## PROMPT
Below are some records. Return exactly the lines from the one with "Line((4.06, 17.094615034), (4.06, 18.43))" to the one with "Line((20, 13.001098436), (20, 5.63))", and nothing else.

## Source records
###
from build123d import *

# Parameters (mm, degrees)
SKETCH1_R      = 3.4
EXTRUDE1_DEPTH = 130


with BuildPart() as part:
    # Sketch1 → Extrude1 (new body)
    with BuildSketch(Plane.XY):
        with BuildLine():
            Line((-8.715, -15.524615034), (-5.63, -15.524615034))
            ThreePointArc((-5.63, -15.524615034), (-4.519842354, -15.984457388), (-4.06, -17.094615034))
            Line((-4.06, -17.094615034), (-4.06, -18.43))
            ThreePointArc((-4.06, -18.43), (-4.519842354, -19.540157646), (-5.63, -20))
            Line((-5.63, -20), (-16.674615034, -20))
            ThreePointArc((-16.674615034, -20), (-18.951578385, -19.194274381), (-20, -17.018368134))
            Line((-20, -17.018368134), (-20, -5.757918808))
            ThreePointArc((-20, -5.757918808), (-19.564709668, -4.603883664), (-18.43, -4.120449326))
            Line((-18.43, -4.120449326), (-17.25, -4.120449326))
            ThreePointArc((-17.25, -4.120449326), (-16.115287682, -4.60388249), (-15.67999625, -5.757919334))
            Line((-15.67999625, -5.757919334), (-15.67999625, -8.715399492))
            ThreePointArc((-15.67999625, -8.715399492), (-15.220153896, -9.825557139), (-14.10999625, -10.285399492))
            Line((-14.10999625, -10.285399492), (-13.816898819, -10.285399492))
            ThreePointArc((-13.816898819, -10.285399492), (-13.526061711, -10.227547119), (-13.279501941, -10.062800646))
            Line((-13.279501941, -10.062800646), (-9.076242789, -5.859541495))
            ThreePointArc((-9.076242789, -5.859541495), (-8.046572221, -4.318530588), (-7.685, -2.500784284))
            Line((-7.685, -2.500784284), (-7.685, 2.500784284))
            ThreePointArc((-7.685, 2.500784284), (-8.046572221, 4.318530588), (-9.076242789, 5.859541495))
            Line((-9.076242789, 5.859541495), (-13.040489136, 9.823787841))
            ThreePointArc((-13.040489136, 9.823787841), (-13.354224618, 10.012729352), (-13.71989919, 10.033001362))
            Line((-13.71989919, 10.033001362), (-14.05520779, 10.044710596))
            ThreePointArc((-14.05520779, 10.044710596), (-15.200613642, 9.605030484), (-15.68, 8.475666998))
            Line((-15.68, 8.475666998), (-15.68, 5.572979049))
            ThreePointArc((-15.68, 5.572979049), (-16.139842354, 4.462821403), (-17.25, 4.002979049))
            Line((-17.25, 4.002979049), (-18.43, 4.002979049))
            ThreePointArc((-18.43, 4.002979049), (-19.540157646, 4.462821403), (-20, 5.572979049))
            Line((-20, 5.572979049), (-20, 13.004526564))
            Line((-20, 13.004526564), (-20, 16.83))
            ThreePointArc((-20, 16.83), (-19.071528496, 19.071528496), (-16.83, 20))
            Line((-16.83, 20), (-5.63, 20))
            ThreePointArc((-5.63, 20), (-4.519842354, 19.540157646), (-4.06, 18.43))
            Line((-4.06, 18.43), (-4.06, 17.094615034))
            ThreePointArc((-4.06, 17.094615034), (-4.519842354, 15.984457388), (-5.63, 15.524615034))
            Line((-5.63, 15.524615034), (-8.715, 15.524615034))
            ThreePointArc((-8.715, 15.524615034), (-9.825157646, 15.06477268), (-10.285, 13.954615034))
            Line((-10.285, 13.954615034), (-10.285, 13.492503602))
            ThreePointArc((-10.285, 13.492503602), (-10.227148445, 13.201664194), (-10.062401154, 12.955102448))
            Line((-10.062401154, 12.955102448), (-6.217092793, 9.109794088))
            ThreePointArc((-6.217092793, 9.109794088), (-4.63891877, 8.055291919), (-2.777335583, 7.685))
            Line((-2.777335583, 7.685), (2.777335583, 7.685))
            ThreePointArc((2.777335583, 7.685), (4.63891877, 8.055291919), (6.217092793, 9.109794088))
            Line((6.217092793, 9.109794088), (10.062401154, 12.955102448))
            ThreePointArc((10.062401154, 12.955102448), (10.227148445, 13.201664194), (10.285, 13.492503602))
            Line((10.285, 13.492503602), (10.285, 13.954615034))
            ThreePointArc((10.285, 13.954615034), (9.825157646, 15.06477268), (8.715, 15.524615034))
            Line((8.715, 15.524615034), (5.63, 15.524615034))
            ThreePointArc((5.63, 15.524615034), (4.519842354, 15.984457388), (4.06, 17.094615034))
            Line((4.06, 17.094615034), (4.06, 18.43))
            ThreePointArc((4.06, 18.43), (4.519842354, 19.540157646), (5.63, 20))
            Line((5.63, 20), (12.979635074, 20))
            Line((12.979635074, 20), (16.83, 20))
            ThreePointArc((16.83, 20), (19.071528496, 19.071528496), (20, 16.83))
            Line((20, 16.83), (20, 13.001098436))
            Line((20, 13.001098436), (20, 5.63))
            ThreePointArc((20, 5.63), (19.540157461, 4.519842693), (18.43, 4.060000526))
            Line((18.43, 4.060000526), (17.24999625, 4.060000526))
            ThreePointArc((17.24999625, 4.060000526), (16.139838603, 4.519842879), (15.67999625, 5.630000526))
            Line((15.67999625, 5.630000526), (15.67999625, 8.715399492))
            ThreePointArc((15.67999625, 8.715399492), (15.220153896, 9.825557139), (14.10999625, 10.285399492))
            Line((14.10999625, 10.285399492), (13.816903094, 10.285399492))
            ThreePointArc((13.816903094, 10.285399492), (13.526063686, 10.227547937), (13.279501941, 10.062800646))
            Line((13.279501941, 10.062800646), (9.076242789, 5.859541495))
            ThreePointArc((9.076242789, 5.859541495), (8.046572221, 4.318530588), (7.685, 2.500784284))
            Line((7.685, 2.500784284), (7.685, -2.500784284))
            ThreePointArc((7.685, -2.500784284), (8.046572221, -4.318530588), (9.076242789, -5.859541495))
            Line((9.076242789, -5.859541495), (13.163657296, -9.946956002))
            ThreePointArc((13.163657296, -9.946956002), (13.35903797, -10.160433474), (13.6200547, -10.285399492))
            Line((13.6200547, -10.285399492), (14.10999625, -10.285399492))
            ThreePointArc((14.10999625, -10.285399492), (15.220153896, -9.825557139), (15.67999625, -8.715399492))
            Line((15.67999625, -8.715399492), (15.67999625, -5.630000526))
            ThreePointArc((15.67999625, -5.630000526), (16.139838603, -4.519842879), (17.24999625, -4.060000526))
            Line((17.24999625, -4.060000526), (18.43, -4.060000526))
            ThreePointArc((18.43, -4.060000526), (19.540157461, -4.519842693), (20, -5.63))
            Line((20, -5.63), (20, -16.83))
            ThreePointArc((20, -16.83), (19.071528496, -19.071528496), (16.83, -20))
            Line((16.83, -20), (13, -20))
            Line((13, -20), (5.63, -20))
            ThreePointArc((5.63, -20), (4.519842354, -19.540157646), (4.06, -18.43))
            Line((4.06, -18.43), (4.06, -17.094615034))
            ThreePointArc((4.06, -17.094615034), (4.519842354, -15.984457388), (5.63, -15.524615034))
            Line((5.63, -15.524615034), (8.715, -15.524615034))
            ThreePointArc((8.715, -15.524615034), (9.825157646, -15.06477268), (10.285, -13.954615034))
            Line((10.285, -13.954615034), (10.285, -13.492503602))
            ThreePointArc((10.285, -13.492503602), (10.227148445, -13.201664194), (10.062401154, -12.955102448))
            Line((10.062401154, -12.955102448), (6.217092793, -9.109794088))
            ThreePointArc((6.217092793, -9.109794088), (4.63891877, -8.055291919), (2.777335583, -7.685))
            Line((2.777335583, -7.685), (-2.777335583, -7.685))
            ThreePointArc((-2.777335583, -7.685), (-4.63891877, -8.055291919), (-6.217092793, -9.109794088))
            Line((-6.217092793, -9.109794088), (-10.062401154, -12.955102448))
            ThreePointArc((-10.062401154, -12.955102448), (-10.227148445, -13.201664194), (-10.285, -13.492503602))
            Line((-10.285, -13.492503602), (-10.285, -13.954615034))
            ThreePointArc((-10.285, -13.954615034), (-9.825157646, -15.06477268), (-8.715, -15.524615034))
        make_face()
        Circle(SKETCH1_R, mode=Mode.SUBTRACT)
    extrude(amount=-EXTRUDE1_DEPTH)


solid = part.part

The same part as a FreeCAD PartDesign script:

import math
import FreeCAD as App
import Part
import Sketcher
Q = App.Units.Quantity

doc = App.newDocument("Part")
params = doc.addObject("Spreadsheet::Sheet", "Params")
for row, (alias, value) in enumerate([
    ("sketch1_diameter", "6.8 mm"),
    ("sketch1_radius", "1.57 mm"),
    ("sketch1_radius2", "0.76 mm"),
    ("sketch1_radius3", "3.17 mm"),
    ("sketch1_radius4", "4.75 mm"),
    ("pad1_length", "130 mm"),
], start=1):
    params.set(f"A{row}", alias)
    params.set(f"B{row}", "=" + value)
    params.setAlias(f"B{row}", alias)

body = doc.addObject("PartDesign::Body", "Body")

# Sketch on XY plane
sketch1 = body.newObject("Sketcher::SketchObject", "Sketch")
sketch1.AttachmentSupport = (doc.getObject("XY_Plane"), [""])
sketch1.MapMode = "FlatFace"
sketch1.addGeometry(Part.LineSegment(App.Vector(-5.63, -15.52, 0), App.Vector(-8.71, -15.52, 0)), False)
sketch1.addGeometry(Part.ArcOfCircle(Part.Circle(App.Vector(-8.71, -13.95, 0), App.Vector(0, 0, 1), 1.57), math.radians(-180), math.radians(-90)), False)
sketch1.addGeometry(Part.LineSegment(App.Vector(-10.29, -13.95, 0), App.Vector(-10.29, -13.49, 0)), False)
sketch1.addGeometry(Part.ArcOfCircle(Part.Circle(App.Vector(-9.52, -13.49, 0), App.Vector(0, 0, 1), 0.76), math.radians(135), math.radians(180)), False)
sketch1.addGeometry(Part.LineSegment(App.Vector(-10.06, -12.96, 0), App.Vector(-6.22, -9.11, 0)), False)
sketch1.addGeometry(Part.ArcOfCircle(Part.Circle(App.Vector(-2.78, -12.55, 0), App.Vector(0, 0, 1), 4.86), math.radians(90), math.radians(135)), False)
sketch1.addGeometry(Part.LineSegment(App.Vector(-2.78, -7.68, 0), App.Vector(2.78, -7.68, 0)), False)
sketch1.addGeometry(Part.ArcOfCircle(Part.Circle(App.Vector(2.78, -12.55, 0), App.Vector(0, 0, 1), 4.86), math.radians(45), math.radians(90)), False)
sketch1.addGeometry(Part.LineSegment(App.Vector(6.22, -9.11, 0), App.Vector(10.06, -12.96, 0)), False)
sketch1.addGeometry(Part.ArcOfCircle(Part.Circle(App.Vector(9.52, -13.49, 0), App.Vector(0, 0, 1), 0.76), math.radians(0), math.radians(45)), False)
sketch1.addGeometry(Part.LineSegment(App.Vector(10.29, -13.49, 0), App.Vector(10.29, -13.95, 0)), False)
sketch1.addGeometry(Part.ArcOfCircle(Part.Circle(App.Vector(8.71, -13.95, 0), App.Vector(0, 0, 1), 1.57), math.radians(-90), math.radians(0)), False)
sketch1.addGeometry(Part.LineSegment(App.Vector(8.71, -15.52, 0), App.Vector(5.63, -15.52, 0)), False)
sketch1.addGeometry(Part.ArcOfCircle(Part.Circle(App.Vector(5.63, -17.09, 0), App.Vector(0, 0, 1), 1.57), math.radians(90), math.radians(180)), False)
sketch1.addGeometry(Part.LineSegment(App.Vector(4.06, -17.09, 0), App.Vector(4.06, -18.43, 0)), False)
sketch1.addGeometry(Part.ArcOfCircle(Part.Circle(App.Vector(5.63, -18.43, 0), App.Vector(0, 0, 1), 1.57), math.radians(-180), math.radians(-90)), False)
sketch1.addGeometry(Part.LineSegment(App.Vector(5.63, -20, 0), App.Vector(16.83, -20, 0)), False)
sketch1.addGeometry(Part.ArcOfCircle(Part.Circle(App.Vector(16.83, -16.83, 0), App.Vector(0, 0, 1), 3.17), math.radians(-90), math.radians(0)), False)
sketch1.addGeometry(Part.LineSegment(App.Vector(20, -16.83, 0), App.Vector(20, -5.63, 0)), False)
sketch1.addGeometry(Part.ArcOfCircle(Part.Circle(App.Vector(18.43, -5.63, 0), App.Vector(0, 0, 1), 1.57), math.radians(0), math.radians(90)), False)
sketch1.addGeometry(Part.LineSegment(App.Vector(18.43, -4.06, 0), App.Vector(17.25, -4.06, 0)), False)
sketch1.addGeometry(Part.ArcOfCircle(Part.Circle(App.Vector(17.25, -5.63, 0), App.Vector(0, 0, 1), 1.57), math.radians(90), math.radians(180)), False)
sketch1.addGeometry(Part.LineSegment(App.Vector(15.68, -5.63, 0), App.Vector(15.68, -8.72, 0)), False)
sketch1.addGeometry(Part.ArcOfCircle(Part.Circle(App.Vector(14.11, -8.72, 0), App.Vector(0, 0, 1), 1.57), math.radians(-90), math.radians(0)), False)
sketch1.addGeometry(Part.LineSegment(App.Vector(14.11, -10.29, 0), App.Vector(13.62, -10.29, 0)), False)
sketch1.addGeometry(Part.ArcOfCircle(Part.Circle(App.Vector(13.81, -9.55, 0), App.Vector(0, 0, 1), 0.76), math.radians(-149), math.radians(-105)), False)
sketch1.addGeometry(Part.LineSegment(App.Vector(13.16, -9.95, 0), App.Vector(9.08, -5.86, 0)), False)
sketch1.addGeometry(Part.ArcOfCircle(Part.Circle(App.Vector(12.44, -2.5, 0), App.Vector(0, 0, 1), 4.75), math.radians(-180), math.radians(-135)), False)
sketch1.addGeometry(Part.LineSegment(App.Vector(7.68, -2.5, 0), App.Vector(7.68, 2.5, 0)), False)
sketch1.addGeometry(Part.ArcOfCircle(Part.Circle(App.Vector(12.44, 2.5, 0), App.Vector(0, 0, 1), 4.75), math.radians(135), math.radians(180)), False)
sketch1.addGeometry(Part.LineSegment(App.Vector(9.08, 5.86, 0), App.Vector(13.28, 10.06, 0)), False)
sketch1.addGeometry(Part.ArcOfCircle(Part.Circle(App.Vector(13.82, 9.53, 0), App.Vector(0, 0, 1), 0.76), math.radians(90), math.radians(135)), False)
sketch1.addGeometry(Part.LineSegment(App.Vector(13.82, 10.29, 0), App.Vector(14.11, 10.29, 0)), False)
sketch1.addGeometry(Part.ArcOfCircle(Part.Circle(App.Vector(14.11, 8.72, 0), App.Vector(0, 0, 1), 1.57), math.radians(0), math.radians(90)), False)
sketch1.addGeometry(Part.LineSegment(App.Vector(15.68, 8.72, 0), App.Vector(15.68, 5.63, 0)), False)
sketch1.addGeometry(Part.ArcOfCircle(Part.Circle(App.Vector(17.25, 5.63, 0), App.Vector(0, 0, 1), 1.57), math.radians(180), math.radians(270)), False)
sketch1.addGeometry(Part.LineSegment(App.Vector(17.25, 4.06, 0), App.Vector(18.43, 4.06, 0)), False)
sketch1.addGeometry(Part.ArcOfCircle(Part.Circle(App.Vector(18.43, 5.63, 0), App.Vector(0, 0, 1), 1.57), math.radians(-90), math.radians(0)), False)
sketch1.addGeometry(Part.LineSegment(App.Vector(20, 5.63, 0), App.Vector(20, 16.83, 0)), False)
sketch1.addGeometry(Part.ArcOfCircle(Part.Circle(App.Vector(16.83, 16.83, 0), App.Vector(0, 0, 1), 3.17), math.radians(0), math.radians(90)), False)
sketch1.addGeometry(Part.LineSegment(App.Vector(16.83, 20, 0), App.Vector(5.63, 20, 0)), False)
sketch1.addGeometry(Part.ArcOfCircle(Part.Circle(App.Vector(5.63, 18.43, 0), App.Vector(0, 0, 1), 1.57), math.radians(90), math.radians(180)), False)
sketch1.addGeometry(Part.LineSegment(App.Vector(4.06, 18.43, 0), App.Vector(4.06, 17.09, 0)), False)
sketch1.addGeometry(Part.ArcOfCircle(Part.Circle(App.Vector(5.63, 17.09, 0), App.Vector(0, 0, 1), 1.57), math.radians(-180), math.radians(-90)), False)
sketch1.addGeometry(Part.LineSegment(App.Vector(5.63, 15.52, 0), App.Vector(8.71, 15.52, 0)), False)
sketch1.addGeometry(Part.ArcOfCircle(Part.Circle(App.Vector(8.71, 13.95, 0), App.Vector(0, 0, 1), 1.57), math.radians(0), math.radians(90)), False)
sketch1.addGeometry(Part.LineSegment(App.Vector(10.29, 13.95, 0), App.Vector(10.29, 13.49, 0)), False)
sketch1.addGeometry(Part.ArcOfCircle(Part.Circle(App.Vector(9.52, 13.49, 0), App.Vector(0, 0, 1), 0.76), math.radians(-45), math.radians(0)), False)
sketch1.addGeometry(Part.LineSegment(App.Vector(10.06, 12.96, 0), App.Vector(6.22, 9.11, 0)), False)
sketch1.addGeometry(Part.ArcOfCircle(Part.Circle(App.Vector(2.78, 12.55, 0), App.Vector(0, 0, 1), 4.86), math.radians(-90), math.radians(-45)), False)
sketch1.addGeometry(Part.LineSegment(App.Vector(2.78, 7.68, 0), App.Vector(-2.78, 7.68, 0)), False)
sketch1.addGeometry(Part.ArcOfCircle(Part.Circle(App.Vector(-2.78, 12.55, 0), App.Vector(0, 0, 1), 4.86), math.radians(-135), math.radians(-90)), False)
sketch1.addGeometry(Part.LineSegment(App.Vector(-6.22, 9.11, 0), App.Vector(-10.06, 12.96, 0)), False)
###
## RESULT
            Line((4.06, 17.094615034), (4.06, 18.43))
            ThreePointArc((4.06, 18.43), (4.519842354, 19.540157646), (5.63, 20))
            Line((5.63, 20), (12.979635074, 20))
            Line((12.979635074, 20), (16.83, 20))
            ThreePointArc((16.83, 20), (19.071528496, 19.071528496), (20, 16.83))
            Line((20, 16.83), (20, 13.001098436))
            Line((20, 13.001098436), (20, 5.63))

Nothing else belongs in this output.